__What is being asked__. This exercise calls for the line with "#19=CIRCLE('',#18,29.7206);", the line with "#29=CARTESIAN_POINT('',(0.,-18.120615,0.));", and all lines between them in the material below, output exactly and with no other lines.

★ ★ ★ ★

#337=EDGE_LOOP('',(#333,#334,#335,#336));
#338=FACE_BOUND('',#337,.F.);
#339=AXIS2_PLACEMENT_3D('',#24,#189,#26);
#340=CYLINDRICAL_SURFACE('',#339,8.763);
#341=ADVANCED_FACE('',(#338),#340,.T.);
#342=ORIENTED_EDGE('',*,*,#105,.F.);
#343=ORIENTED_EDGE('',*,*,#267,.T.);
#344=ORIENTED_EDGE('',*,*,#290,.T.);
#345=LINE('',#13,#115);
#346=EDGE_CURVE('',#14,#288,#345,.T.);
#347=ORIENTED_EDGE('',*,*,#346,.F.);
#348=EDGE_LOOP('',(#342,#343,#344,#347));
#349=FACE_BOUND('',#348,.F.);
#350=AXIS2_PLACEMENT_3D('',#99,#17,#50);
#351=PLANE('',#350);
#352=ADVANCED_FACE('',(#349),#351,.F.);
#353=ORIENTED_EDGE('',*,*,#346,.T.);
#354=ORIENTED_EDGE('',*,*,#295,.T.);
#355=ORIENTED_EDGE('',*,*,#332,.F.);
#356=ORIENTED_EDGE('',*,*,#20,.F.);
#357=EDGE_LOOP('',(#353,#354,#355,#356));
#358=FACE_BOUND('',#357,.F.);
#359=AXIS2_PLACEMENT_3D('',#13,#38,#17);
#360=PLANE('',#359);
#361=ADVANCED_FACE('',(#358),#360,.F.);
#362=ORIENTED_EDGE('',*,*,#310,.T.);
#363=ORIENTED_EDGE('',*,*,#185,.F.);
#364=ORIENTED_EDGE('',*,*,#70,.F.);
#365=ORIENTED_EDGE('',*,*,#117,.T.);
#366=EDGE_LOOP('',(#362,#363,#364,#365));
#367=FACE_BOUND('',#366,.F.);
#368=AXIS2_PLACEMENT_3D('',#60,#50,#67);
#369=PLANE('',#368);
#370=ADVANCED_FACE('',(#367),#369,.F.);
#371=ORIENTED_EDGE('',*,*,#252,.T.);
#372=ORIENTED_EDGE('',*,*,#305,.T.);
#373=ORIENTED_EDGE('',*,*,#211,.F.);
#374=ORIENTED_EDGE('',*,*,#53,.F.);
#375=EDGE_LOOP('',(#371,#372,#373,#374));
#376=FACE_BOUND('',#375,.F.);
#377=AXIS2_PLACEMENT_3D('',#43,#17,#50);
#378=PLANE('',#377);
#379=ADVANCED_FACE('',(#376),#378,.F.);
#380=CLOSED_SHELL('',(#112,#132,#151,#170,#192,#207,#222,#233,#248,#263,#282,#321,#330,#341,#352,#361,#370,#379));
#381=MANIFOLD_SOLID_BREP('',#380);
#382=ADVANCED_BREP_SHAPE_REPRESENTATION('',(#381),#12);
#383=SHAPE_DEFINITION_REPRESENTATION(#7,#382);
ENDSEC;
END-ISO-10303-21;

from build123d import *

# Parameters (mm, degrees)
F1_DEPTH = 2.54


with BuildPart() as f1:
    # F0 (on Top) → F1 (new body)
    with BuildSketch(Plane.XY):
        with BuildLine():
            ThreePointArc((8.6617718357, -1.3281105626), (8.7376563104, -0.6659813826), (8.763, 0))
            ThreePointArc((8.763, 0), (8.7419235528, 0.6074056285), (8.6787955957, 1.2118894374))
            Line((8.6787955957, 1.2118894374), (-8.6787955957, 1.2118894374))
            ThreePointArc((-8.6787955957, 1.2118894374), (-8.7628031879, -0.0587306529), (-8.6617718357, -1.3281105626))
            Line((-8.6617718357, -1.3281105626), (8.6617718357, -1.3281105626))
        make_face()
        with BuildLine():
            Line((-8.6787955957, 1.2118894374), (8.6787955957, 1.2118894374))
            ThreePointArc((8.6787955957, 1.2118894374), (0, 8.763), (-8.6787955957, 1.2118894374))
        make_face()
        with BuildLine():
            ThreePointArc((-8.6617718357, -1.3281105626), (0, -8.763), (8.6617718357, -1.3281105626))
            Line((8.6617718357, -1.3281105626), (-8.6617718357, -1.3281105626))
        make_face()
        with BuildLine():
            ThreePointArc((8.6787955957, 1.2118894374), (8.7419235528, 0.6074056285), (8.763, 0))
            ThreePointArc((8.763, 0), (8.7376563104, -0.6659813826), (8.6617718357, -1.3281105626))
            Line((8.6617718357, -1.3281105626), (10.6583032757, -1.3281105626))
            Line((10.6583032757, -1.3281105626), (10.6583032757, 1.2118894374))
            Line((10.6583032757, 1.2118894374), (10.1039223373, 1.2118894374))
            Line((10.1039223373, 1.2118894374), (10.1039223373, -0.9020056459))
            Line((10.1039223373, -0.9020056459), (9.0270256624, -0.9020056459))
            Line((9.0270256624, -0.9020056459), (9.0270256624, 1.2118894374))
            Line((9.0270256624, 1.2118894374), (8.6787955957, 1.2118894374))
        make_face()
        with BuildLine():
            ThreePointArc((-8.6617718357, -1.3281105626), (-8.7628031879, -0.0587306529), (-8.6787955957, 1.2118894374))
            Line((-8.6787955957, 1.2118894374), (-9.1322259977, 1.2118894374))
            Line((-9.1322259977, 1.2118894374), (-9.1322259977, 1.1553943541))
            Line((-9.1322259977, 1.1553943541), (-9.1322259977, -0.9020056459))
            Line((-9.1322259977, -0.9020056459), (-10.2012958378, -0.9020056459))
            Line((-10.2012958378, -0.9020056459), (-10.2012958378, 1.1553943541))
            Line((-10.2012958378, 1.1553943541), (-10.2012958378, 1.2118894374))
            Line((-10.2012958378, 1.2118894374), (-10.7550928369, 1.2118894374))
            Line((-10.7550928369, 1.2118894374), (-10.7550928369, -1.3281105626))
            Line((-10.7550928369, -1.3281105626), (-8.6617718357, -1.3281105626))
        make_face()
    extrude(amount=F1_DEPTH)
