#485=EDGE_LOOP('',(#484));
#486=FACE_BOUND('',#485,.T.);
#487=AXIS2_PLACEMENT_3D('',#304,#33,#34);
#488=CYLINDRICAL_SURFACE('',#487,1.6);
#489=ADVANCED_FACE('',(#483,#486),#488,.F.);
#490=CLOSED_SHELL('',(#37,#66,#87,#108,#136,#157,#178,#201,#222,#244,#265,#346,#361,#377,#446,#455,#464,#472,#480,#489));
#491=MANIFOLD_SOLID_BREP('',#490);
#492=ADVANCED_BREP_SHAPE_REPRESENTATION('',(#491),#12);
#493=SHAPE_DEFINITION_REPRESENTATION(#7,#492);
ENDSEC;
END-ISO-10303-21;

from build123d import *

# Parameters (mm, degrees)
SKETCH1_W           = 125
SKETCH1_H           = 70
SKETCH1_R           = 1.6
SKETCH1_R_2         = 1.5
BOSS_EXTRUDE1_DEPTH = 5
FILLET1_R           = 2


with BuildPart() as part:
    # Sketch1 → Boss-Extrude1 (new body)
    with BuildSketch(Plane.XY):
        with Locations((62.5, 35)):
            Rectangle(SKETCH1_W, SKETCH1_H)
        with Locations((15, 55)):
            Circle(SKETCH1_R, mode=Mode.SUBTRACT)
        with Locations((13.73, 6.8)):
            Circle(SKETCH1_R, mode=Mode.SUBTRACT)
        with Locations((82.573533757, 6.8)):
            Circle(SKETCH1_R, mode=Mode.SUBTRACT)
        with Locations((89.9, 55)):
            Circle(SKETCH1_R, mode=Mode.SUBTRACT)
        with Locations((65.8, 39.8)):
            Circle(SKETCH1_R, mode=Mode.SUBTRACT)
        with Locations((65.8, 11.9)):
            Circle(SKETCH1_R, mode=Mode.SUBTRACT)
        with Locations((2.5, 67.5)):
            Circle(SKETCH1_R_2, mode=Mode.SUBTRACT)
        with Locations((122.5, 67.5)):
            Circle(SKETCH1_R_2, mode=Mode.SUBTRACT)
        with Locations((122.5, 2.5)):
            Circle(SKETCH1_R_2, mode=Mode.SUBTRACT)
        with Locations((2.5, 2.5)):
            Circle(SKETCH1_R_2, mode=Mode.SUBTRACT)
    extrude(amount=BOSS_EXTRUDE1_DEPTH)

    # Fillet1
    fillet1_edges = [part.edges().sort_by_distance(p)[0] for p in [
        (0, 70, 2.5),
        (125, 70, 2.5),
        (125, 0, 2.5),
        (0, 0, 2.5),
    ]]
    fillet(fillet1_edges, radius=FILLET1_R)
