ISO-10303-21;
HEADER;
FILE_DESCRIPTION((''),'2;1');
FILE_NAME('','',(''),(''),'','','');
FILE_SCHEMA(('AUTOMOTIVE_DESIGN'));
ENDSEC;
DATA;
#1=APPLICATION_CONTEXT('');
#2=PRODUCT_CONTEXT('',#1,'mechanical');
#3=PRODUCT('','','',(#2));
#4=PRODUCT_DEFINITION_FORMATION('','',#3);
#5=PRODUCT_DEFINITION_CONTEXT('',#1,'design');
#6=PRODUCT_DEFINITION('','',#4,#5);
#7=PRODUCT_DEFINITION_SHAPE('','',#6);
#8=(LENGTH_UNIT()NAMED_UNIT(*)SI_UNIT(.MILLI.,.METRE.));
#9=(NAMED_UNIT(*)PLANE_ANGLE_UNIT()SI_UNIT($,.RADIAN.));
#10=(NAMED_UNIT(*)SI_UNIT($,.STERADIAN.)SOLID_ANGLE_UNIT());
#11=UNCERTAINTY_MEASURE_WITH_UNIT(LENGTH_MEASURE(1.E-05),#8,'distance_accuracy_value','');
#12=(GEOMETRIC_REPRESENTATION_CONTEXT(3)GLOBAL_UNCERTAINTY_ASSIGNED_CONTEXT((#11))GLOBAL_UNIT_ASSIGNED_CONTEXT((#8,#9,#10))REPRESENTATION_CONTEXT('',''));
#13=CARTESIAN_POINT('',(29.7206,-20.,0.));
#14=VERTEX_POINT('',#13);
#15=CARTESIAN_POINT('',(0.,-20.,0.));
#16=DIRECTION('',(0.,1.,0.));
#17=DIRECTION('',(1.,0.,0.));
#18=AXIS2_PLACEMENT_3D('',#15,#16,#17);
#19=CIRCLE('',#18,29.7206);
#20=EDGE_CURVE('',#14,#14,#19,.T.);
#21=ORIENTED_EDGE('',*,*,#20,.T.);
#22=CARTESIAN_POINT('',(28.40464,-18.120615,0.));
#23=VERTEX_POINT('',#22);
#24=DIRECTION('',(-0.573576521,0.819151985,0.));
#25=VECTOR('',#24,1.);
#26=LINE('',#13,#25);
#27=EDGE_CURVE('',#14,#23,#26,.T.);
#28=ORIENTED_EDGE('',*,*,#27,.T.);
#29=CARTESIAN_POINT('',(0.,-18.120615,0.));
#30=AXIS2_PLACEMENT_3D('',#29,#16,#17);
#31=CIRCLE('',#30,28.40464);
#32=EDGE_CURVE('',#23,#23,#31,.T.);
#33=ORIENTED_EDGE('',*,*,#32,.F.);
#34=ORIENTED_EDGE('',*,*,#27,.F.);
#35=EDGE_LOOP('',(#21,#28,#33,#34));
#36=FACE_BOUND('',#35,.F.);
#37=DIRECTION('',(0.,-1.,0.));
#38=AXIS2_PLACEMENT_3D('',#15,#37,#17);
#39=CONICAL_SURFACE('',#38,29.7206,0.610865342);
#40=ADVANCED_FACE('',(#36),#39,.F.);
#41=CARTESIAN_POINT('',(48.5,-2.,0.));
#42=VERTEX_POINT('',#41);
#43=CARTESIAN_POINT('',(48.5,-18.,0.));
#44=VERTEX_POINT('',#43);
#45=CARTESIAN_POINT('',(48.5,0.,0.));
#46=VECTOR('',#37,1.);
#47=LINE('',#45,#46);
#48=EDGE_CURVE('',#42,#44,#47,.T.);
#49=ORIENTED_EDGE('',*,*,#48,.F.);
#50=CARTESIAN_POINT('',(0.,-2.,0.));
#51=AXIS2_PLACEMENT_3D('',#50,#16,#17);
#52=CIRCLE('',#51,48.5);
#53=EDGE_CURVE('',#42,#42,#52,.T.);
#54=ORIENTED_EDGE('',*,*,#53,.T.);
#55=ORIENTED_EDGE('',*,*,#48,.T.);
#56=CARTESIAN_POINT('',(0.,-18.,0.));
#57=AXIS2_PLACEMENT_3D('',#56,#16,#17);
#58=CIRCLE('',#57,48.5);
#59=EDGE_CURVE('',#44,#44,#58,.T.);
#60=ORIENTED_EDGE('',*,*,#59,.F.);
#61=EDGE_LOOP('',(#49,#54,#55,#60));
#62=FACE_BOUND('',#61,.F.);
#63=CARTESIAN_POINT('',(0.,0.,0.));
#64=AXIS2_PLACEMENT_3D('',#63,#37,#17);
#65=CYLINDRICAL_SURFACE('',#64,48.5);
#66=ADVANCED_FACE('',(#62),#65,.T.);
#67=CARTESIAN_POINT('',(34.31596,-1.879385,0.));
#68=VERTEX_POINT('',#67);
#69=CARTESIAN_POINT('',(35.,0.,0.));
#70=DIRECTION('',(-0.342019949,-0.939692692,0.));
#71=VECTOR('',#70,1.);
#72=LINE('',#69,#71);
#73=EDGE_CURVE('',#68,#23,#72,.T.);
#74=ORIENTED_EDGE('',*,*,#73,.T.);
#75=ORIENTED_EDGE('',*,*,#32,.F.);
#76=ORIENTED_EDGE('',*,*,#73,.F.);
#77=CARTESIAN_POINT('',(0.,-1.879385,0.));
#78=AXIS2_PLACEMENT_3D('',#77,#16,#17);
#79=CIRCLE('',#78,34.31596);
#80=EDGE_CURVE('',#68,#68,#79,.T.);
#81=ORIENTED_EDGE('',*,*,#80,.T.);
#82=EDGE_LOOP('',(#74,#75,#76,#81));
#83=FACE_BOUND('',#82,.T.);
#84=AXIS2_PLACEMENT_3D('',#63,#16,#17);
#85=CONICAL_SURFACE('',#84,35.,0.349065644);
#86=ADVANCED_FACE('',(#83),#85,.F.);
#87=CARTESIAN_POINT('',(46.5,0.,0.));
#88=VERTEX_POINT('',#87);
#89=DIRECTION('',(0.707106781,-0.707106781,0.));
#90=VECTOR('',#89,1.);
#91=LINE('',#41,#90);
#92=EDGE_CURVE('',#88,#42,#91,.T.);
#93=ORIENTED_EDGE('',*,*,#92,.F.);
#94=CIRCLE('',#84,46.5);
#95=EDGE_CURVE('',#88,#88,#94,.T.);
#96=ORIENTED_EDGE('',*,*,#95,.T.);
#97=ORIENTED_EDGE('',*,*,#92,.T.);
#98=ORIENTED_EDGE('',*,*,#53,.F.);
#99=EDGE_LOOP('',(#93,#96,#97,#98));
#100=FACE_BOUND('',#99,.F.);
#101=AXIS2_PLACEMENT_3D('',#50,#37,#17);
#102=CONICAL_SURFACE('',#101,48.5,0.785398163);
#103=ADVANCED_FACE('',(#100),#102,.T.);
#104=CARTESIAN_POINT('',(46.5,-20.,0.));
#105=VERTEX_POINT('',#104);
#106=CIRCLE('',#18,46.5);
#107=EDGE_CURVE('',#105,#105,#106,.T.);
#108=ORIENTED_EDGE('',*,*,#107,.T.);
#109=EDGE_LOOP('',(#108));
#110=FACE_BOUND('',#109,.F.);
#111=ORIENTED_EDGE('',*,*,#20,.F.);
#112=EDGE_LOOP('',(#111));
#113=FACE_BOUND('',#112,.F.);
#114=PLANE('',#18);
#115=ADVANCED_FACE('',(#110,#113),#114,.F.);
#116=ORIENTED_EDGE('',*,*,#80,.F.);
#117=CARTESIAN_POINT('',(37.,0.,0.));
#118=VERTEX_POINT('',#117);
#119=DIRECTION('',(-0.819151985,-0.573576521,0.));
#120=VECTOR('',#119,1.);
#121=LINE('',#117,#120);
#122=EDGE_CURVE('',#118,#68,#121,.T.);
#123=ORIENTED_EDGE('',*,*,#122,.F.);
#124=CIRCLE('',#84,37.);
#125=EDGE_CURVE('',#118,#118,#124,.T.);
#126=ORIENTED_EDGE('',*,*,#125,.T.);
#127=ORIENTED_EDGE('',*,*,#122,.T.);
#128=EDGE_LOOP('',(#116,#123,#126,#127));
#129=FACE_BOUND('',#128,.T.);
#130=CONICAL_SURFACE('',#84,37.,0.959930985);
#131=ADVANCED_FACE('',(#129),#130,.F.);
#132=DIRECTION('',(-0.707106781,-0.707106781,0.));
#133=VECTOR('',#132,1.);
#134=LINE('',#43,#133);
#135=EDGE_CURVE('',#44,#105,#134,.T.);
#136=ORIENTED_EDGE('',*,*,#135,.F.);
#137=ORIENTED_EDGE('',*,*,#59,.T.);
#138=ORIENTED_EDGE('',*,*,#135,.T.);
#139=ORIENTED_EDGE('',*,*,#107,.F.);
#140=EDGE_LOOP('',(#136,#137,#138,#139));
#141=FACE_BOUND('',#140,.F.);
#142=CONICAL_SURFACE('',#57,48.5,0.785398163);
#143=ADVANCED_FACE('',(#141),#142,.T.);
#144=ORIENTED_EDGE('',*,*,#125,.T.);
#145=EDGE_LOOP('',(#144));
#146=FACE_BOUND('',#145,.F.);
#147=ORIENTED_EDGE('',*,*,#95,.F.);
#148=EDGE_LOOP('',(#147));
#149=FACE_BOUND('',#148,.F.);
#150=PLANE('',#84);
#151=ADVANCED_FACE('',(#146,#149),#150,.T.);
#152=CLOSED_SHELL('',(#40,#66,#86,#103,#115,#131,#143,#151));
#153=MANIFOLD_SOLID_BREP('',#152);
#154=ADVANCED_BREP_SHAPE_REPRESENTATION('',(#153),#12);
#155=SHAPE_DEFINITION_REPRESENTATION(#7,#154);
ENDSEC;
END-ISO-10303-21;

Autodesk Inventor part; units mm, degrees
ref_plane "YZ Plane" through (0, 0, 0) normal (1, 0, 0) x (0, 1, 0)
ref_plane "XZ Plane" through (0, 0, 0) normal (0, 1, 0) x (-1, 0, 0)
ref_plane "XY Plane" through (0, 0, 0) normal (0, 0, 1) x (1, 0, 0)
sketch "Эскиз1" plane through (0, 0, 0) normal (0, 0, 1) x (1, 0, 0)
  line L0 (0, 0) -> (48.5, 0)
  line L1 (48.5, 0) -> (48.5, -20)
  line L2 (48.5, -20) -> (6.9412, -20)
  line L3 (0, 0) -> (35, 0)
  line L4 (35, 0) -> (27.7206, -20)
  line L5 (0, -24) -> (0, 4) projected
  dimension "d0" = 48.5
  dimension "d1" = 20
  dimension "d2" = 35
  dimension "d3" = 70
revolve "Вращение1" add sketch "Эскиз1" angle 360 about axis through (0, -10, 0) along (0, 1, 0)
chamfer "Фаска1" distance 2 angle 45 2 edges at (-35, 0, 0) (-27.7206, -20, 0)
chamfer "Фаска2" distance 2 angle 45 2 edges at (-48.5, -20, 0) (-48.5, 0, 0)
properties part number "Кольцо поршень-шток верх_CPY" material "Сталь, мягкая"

★ ★ ★ ★

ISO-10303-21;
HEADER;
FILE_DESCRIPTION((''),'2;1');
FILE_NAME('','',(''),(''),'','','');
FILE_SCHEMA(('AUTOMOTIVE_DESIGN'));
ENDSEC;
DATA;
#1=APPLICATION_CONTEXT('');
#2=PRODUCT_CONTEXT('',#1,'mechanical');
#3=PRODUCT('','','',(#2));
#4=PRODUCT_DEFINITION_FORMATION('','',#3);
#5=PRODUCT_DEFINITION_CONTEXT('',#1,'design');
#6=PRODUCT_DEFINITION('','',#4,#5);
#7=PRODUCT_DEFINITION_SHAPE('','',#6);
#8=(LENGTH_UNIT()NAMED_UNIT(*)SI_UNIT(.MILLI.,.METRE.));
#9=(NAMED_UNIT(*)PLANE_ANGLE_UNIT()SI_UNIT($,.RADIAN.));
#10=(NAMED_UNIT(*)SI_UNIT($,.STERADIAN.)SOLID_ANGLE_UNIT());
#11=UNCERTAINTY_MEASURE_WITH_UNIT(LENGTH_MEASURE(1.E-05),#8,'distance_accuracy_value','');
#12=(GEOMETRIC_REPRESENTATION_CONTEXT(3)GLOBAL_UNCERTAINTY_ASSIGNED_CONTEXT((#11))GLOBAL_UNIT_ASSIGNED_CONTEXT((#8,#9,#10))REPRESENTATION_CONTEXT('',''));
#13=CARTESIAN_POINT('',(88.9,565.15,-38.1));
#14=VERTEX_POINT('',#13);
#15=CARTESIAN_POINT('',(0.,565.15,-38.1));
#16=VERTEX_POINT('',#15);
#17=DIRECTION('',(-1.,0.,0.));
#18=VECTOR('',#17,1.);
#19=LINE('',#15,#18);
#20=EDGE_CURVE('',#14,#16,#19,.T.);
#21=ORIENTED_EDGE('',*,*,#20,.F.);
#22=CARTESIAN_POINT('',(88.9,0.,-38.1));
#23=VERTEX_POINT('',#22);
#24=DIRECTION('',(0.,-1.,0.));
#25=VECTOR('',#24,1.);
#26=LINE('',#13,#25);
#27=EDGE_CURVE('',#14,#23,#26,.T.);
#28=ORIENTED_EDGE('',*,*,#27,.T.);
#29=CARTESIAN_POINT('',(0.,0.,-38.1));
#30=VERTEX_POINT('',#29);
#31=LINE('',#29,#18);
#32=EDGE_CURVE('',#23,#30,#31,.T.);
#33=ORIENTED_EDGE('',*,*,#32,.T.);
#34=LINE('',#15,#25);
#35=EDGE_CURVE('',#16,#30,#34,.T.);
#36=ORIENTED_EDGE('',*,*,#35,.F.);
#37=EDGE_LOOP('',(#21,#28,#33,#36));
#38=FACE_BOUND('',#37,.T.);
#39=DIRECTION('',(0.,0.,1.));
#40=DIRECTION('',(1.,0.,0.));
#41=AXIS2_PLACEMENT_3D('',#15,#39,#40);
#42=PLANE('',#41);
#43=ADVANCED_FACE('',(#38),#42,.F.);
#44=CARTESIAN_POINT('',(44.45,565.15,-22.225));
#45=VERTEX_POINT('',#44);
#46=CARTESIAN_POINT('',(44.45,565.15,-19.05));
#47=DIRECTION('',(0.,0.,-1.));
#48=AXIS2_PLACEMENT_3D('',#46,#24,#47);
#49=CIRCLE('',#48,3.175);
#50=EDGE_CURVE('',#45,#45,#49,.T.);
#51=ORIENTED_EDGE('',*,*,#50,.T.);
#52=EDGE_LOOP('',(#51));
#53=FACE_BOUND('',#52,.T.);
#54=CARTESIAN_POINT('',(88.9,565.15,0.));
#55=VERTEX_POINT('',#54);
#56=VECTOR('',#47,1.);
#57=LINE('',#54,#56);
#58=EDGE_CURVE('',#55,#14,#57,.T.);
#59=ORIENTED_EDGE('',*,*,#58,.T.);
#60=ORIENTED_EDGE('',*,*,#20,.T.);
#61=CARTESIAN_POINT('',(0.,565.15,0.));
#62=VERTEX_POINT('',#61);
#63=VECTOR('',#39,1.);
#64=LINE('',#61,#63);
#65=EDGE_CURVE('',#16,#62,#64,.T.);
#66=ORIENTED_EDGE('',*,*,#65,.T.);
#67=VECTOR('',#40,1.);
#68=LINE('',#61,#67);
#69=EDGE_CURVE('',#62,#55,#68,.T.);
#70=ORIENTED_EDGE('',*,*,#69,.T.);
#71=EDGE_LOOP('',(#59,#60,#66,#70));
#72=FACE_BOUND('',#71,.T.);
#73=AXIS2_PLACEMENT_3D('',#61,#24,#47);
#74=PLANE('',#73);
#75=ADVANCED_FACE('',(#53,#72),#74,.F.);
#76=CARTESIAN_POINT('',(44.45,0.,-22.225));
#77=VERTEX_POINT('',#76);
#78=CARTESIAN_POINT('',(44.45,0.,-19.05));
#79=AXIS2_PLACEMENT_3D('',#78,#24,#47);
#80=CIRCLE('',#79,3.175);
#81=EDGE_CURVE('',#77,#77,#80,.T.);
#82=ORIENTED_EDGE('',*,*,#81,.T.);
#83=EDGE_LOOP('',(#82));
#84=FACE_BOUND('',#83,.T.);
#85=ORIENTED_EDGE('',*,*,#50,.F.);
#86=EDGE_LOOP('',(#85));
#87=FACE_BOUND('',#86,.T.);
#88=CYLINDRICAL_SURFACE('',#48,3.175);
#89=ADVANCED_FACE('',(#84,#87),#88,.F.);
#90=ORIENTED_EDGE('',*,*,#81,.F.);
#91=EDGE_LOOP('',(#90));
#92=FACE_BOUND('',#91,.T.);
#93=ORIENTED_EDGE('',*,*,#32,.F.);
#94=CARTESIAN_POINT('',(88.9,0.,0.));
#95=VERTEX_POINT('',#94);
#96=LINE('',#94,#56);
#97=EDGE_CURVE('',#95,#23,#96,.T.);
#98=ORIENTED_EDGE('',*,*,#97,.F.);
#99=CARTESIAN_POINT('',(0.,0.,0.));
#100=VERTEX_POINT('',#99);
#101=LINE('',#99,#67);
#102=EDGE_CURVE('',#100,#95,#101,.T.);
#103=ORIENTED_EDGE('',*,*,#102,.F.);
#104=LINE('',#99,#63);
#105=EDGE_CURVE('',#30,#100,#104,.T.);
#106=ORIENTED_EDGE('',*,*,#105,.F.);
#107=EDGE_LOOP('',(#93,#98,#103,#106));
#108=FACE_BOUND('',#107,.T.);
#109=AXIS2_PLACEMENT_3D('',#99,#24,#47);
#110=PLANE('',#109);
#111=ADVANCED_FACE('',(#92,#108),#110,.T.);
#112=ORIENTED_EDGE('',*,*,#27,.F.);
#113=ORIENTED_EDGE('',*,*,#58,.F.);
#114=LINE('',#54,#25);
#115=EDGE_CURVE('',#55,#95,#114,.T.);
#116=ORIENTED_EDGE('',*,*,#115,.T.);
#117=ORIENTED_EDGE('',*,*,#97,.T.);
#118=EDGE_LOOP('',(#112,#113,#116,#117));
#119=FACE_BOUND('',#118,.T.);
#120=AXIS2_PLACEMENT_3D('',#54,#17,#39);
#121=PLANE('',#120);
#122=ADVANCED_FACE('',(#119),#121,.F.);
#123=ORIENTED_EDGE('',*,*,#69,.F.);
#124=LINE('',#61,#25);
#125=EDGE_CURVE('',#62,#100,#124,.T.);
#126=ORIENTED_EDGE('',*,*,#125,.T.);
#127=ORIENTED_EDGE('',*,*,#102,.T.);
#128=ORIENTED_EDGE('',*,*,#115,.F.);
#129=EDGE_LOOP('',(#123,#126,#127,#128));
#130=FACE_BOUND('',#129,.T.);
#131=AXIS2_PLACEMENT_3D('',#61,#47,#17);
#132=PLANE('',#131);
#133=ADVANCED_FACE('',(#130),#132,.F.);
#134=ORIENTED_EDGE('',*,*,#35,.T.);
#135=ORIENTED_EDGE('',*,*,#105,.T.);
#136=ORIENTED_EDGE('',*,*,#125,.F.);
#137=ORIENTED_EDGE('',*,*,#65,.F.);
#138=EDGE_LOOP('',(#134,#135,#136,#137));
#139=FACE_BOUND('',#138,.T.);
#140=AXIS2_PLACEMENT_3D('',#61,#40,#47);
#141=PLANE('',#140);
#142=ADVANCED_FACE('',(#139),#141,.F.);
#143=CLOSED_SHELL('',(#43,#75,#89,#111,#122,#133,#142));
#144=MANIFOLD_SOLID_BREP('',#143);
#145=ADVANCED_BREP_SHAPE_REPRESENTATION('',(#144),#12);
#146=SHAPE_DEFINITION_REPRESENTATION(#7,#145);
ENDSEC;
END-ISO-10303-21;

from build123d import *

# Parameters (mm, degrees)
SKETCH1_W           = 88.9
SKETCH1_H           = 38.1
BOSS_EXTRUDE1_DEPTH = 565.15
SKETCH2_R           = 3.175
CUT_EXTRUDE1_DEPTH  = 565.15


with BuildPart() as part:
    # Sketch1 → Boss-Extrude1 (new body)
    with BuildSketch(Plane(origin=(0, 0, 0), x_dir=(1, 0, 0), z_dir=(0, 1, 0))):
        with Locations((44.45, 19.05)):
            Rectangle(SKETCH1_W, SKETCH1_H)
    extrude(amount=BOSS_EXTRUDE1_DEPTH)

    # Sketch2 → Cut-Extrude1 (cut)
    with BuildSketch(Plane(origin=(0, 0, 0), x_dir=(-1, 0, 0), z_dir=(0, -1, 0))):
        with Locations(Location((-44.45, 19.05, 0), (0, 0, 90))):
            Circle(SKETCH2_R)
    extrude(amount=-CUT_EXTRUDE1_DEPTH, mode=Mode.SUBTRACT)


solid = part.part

★ ★ ★ ★

__Your solution__.
#19=CIRCLE('',#18,29.7206);
#20=EDGE_CURVE('',#14,#14,#19,.T.);
#21=ORIENTED_EDGE('',*,*,#20,.T.);
#22=CARTESIAN_POINT('',(28.40464,-18.120615,0.));
#23=VERTEX_POINT('',#22);
#24=DIRECTION('',(-0.573576521,0.819151985,0.));
#25=VECTOR('',#24,1.);
#26=LINE('',#13,#25);
#27=EDGE_CURVE('',#14,#23,#26,.T.);
#28=ORIENTED_EDGE('',*,*,#27,.T.);
#29=CARTESIAN_POINT('',(0.,-18.120615,0.));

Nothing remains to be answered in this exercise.